EnergyInsights.net 
Sub-$55 Oil Has U.S. Drillers Idling Most Rigs in 2 Years 30-12-2014 10:28 am

By Moming Zhou 


U.S. oil drillers idled the most rigs since 2012 as prices slide below $55 a barrel to the lowest level in five years and a fight for market share with OPEC intensifies.

Rigs targeting oil declined by 37 to 1,499 in the week ended Dec. 26, the lowest since April, Baker Hughes Inc. (BHI) said on its website yesterday, extending the three-week decline to 76. Those drilling for natural gas increased by two to 340, the Houston-based field services company said.

U.S. oil output has surged to the highest in three decades even as the Organization of Petroleum Exporting Countries resists cutting production to defend market share, exacerbating an oversupply that Qatar estimates at 2 million barrels a day. Crude has slumped by almost 50 percent this year prompting U.S. producers including Continental Resources Inc. and ConocoPhillips to plan spending cuts.
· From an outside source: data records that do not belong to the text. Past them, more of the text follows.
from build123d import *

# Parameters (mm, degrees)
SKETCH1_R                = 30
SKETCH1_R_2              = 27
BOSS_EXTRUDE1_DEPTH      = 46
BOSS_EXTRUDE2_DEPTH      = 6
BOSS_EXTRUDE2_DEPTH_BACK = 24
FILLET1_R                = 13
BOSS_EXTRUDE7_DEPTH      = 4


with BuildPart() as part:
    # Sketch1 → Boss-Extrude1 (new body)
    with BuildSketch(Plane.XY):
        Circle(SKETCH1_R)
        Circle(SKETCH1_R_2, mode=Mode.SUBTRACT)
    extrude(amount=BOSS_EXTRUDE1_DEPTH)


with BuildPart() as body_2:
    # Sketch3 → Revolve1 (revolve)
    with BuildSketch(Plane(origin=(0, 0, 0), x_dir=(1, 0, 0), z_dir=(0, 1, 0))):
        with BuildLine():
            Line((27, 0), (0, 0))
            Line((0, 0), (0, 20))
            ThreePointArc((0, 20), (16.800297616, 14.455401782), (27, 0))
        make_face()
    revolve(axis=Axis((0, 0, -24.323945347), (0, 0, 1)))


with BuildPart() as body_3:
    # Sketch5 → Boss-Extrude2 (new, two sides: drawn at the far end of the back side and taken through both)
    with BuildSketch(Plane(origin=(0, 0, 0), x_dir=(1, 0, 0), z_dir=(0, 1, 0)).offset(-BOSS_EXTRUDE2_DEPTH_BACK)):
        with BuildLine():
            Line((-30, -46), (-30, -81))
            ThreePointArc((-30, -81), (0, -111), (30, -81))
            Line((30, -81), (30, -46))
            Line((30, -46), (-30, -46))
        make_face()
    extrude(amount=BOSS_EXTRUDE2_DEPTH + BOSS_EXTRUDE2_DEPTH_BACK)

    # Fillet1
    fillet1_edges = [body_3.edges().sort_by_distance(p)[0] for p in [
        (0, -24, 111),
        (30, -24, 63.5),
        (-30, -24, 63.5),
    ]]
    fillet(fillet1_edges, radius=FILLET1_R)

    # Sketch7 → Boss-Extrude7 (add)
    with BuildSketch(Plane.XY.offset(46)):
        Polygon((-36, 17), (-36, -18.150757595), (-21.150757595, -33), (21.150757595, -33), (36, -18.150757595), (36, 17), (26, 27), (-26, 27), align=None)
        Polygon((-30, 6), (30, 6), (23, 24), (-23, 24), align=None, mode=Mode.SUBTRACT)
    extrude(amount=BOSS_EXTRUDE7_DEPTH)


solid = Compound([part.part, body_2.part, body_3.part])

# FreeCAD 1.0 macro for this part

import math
import FreeCAD as App
import Part
import Sketcher


def edges_at(feature, points):
    """Names of the edges that pass closest to the given points."""
    edges = feature.Shape.Edges
    near = lambda p: min(range(len(edges)), key=lambda i: edges[i].distToShape(Part.Vertex(*p))[0])
    return sorted({f"Edge{near(p) + 1}" for p in points})


def add_polygon(sketch, points):
    """Adds a closed chain of lines whose ends are joined by coincident constraints."""
    first, n = sketch.GeometryCount, len(points)
    for a, b in zip(points, points[1:] + points[:1]):
        sketch.addGeometry(Part.LineSegment(App.Vector(*a, 0), App.Vector(*b, 0)), False)
    for i in range(n):
        sketch.addConstraint(Sketcher.Constraint("Coincident", first + i, 2, first + (i + 1) % n, 1))

doc = App.newDocument("Part")
body = doc.addObject("PartDesign::Body", "Body")

sketch1 = body.newObject("Sketcher::SketchObject", "Sketch")
sketch1.AttachmentSupport = (doc.getObject("XY_Plane"), [""])
sketch1.MapMode = "FlatFace"
sketch1.addGeometry(Part.Circle(App.Vector(0, 0, 0), App.Vector(0, 0, 1), 30), False)
sketch1.addGeometry(Part.Circle(App.Vector(0, 0, 0), App.Vector(0, 0, 1), 27), False)
sketch1.addConstraint(Sketcher.Constraint("Coincident", 0, 3, -1, 1))
sketch1.addConstraint(Sketcher.Constraint("Coincident", 1, 3, -1, 1))
sketch1.addConstraint(Sketcher.Constraint("Diameter", 0, 60.0))
sketch1.addConstraint(Sketcher.Constraint("Diameter", 1, 54.0))
pad1 = body.newObject("PartDesign::Pad", "Pad")
pad1.Profile = sketch1
pad1.Length = 46
body2 = doc.addObject("PartDesign::Body", "Body001")

sketch2 = body2.newObject("Sketcher::SketchObject", "Sketch001")
sketch2.AttachmentSupport = (doc.getObject("XZ_Plane001"), [""])
sketch2.MapMode = "FlatFace"
sketch2.addGeometry(Part.LineSegment(App.Vector(0, 0, 0), App.Vector(27, 0, 0)), False)
sketch2.addGeometry(Part.ArcOfCircle(Part.Circle(App.Vector(0, 8, 0), App.Vector(0, 0, 1), 28), math.radians(-90), math.radians(-17)), False)
sketch2.addGeometry(Part.LineSegment(App.Vector(0, -20, 0), App.Vector(0, 0, 0)), False)
sketch2.addConstraint(Sketcher.Constraint("Coincident", 0, 2, 1, 2))
sketch2.addConstraint(Sketcher.Constraint("Coincident", 1, 1, 2, 1))
sketch2.addConstraint(Sketcher.Constraint("Coincident", 2, 2, 0, 1))
sketch2.addConstraint(Sketcher.Constraint("Horizontal", 0))
sketch2.addConstraint(Sketcher.Constraint("Vertical", 2))
sketch2.addConstraint(Sketcher.Constraint("Coincident", 2, 2, -1, 1))
sketch2.addConstraint(Sketcher.Constraint("PointOnObject", 1, 3, -2))
sketch2.addConstraint(Sketcher.Constraint("DistanceX", 0, 1, 0, 2, 27.0))
sketch2.addConstraint(Sketcher.Constraint("DistanceY", 2, 1, 2, 2, 20.0))
revolution = body2.newObject("PartDesign::Revolution", "Revolution")
revolution.Profile = sketch2
revolution.ReferenceAxis = (sketch2, ["V_Axis"])
revolution.Angle = 360
body3 = doc.addObject("PartDesign::Body", "Body002")

sketch3 = body3.newObject("Sketcher::SketchObject", "Sketch002")
sketch3.AttachmentSupport = (doc.getObject("XZ_Plane002"), [""])
sketch3.MapMode = "FlatFace"
sketch3.addGeometry(Part.LineSegment(App.Vector(-30, 46, 0), App.Vector(-30, 81, 0)), False)
sketch3.addGeometry(Part.ArcOfCircle(Part.Circle(App.Vector(0, 81, 0), App.Vector(0, 0, 1), 30), math.radians(0), math.radians(180)), False)
sketch3.addGeometry(Part.LineSegment(App.Vector(30, 81, 0), App.Vector(30, 46, 0)), False)
sketch3.addGeometry(Part.LineSegment(App.Vector(30, 46, 0), App.Vector(-30, 46, 0)), False)
sketch3.addConstraint(Sketcher.Constraint("Tangent", 0, 2, 1, 2))
sketch3.addConstraint(Sketcher.Constraint("Tangent", 1, 1, 2, 1))
sketch3.addConstraint(Sketcher.Constraint("Coincident", 2, 2, 3, 1))
sketch3.addConstraint(Sketcher.Constraint("Coincident", 3, 2, 0, 1))
sketch3.addConstraint(Sketcher.Constraint("Vertical", 0))
sketch3.addConstraint(Sketcher.Constraint("Vertical", 2))
sketch3.addConstraint(Sketcher.Constraint("Horizontal", 3))
sketch3.addConstraint(Sketcher.Constraint("PointOnObject", 1, 3, -2))
sketch3.addConstraint(Sketcher.Constraint("Radius", 1, 30.0))
sketch3.addConstraint(Sketcher.Constraint("DistanceY", 0, 1, 0, 2, 35.0))
sketch3.addConstraint(Sketcher.Constraint("DistanceY", -1, 1, 1, 3, 81.0))
pad2 = body3.newObject("PartDesign::Pad", "Pad001")
pad2.Profile = sketch3
pad2.Type = "TwoLengths"
pad2.Length = 6
pad2.Length2 = 24
pad2.Reversed = True
doc.recompute()

fillet = body3.newObject("PartDesign::Fillet", "Fillet")
fillet.Base = (pad2, edges_at(pad2, [(0, -24, 111), (30, -24, 63.5), (-30, -24, 63.5)]))
fillet.Radius = 13

sketch4 = body3.newObject("Sketcher::SketchObject", "Sketch003")
sketch4.AttachmentSupport = (doc.getObject("XY_Plane002"), [""])
sketch4.MapMode = "FlatFace"
sketch4.AttachmentOffset = App.Placement(App.Vector(0, 0, 46), App.Rotation())
add_polygon(sketch4, [(-36, 17), (-36, -18.150758), (-21.150758, -33), (21.150758, -33), (36, -18.150758), (36, 17), (26, 27), (-26, 27)])
add_polygon(sketch4, [(30, 6), (-30, 6), (-23, 24), (23, 24)])
sketch4.addConstraint(Sketcher.Constraint("Vertical", 0))
sketch4.addConstraint(Sketcher.Constraint("Horizontal", 2))
sketch4.addConstraint(Sketcher.Constraint("Vertical", 4))
sketch4.addConstraint(Sketcher.Constraint("Horizontal", 6))
sketch4.addConstraint(Sketcher.Constraint("Horizontal", 8))
sketch4.addConstraint(Sketcher.Constraint("Horizontal", 10))
sketch4.addConstraint(Sketcher.Constraint("Symmetric", 0, 2, 3, 2, -2))
sketch4.addConstraint(Sketcher.Constraint("Perpendicular", 1, 3))
sketch4.addConstraint(Sketcher.Constraint("Perpendicular", 3, 5))
sketch4.addConstraint(Sketcher.Constraint("Perpendicular", 5, 7))
sketch4.addConstraint(Sketcher.Constraint("Horizontal", 4, 2, 7, 2))
sketch4.addConstraint(Sketcher.Constraint("Equal", 1, 3))
sketch4.addConstraint(Sketcher.Constraint("Equal", 9, 11))
sketch4.addConstraint(Sketcher.Constraint("DistanceX", 6, 2, 6, 1, 52.0))
sketch4.addConstraint(Sketcher.Constraint("DistanceX", 8, 2, 8, 1, 60.0))
sketch4.addConstraint(Sketcher.Constraint("DistanceX", 10, 1, 10, 2, 46.0))
sketch4.addConstraint(Sketcher.Constraint("Distance", 1, 21.0))
sketch4.addConstraint(Sketcher.Constraint("DistanceX", 0, 2, -1, 1, 36.0))
sketch4.addConstraint(Sketcher.Constraint("DistanceY", 1, 2, -1, 1, 33.0))
sketch4.addConstraint(Sketcher.Constraint("DistanceY", -1, 1, 4, 2, 17.0))
sketch4.addConstraint(Sketcher.Constraint("DistanceX", 8, 2, -1, 1, 30.0))
sketch4.addConstraint(Sketcher.Constraint("DistanceY", -1, 1, 8, 2, 6.0))
sketch4.addConstraint(Sketcher.Constraint("DistanceY", -1, 1, 9, 2, 24.0))
pad3 = body3.newObject("PartDesign::Pad", "Pad002")
pad3.Profile = sketch4
pad3.Length = 4

doc.recompute()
“We should see the rig count going down at least through the end of the first quarter as a reaction to the low oil prices,” said James Williams, an economist at WTRG Economics, an energy-research firm in London, Arkansas, before the report. “By midyear, we should see measurable impacts on production.”

The total rig count, which includes one miscellaneous rig, dropped 35 to 1,840, an eight-month low.

The international benchmark Brent and the U.S. counterpart West Texas Intermediate crude are both trading near their lowest levels since 2009. WTI futures fell 79 cents to $52.82 a barrel in electronic trading on the New York Mercantile Exchange at 4:22 p.m. Singapore time. Brent dropped $1.02 to $56.86.

Falling Margins

“The rig count is falling because oil prices are falling,” Carl Larry, a Houston-based director of oil and gas at Frost & Sullivan, said by phone. “The margins just aren’t there.”

While the U.S. rig count has dropped, domestic production continues to surge, with the yield from new wells in shale formations including North Dakota’s Bakken and Texas’s Eagle Ford projected to reach records next month, Energy Information Administration data show.

U.S. producers battling OPEC for market share may increase output further from the highest rate in more than three decades as costs decline almost as fast as oil prices, Goldman Sachs Group Inc. said in a Dec. 15 e-mailed report. The oil price slump is driving producers to move drill rigs to lower-cost fields, according to the report.

Domestic oil output climbed to 9.14 million barrels a day in the week ended Dec. 12, the highest in weekly EIA data going back to 1983, according to government estimates. Production was 9.13 million in the seven days ended Dec. 19.

Oil rigs dropped by five to 527 in the Permian Basin in Texas and New Mexico, by three to 188 in the Eagle Ford of Texas and by two to 178 in the Williston of North Dakota, Baker Hughes said. In basins outside the 14 majors listed by Baker Hughes, oil rigs fell by 27 to 375.

Natural gas futures lost 1.7 percent to $3.135 per million British thermal units on the Nymex, down 26 percent this year.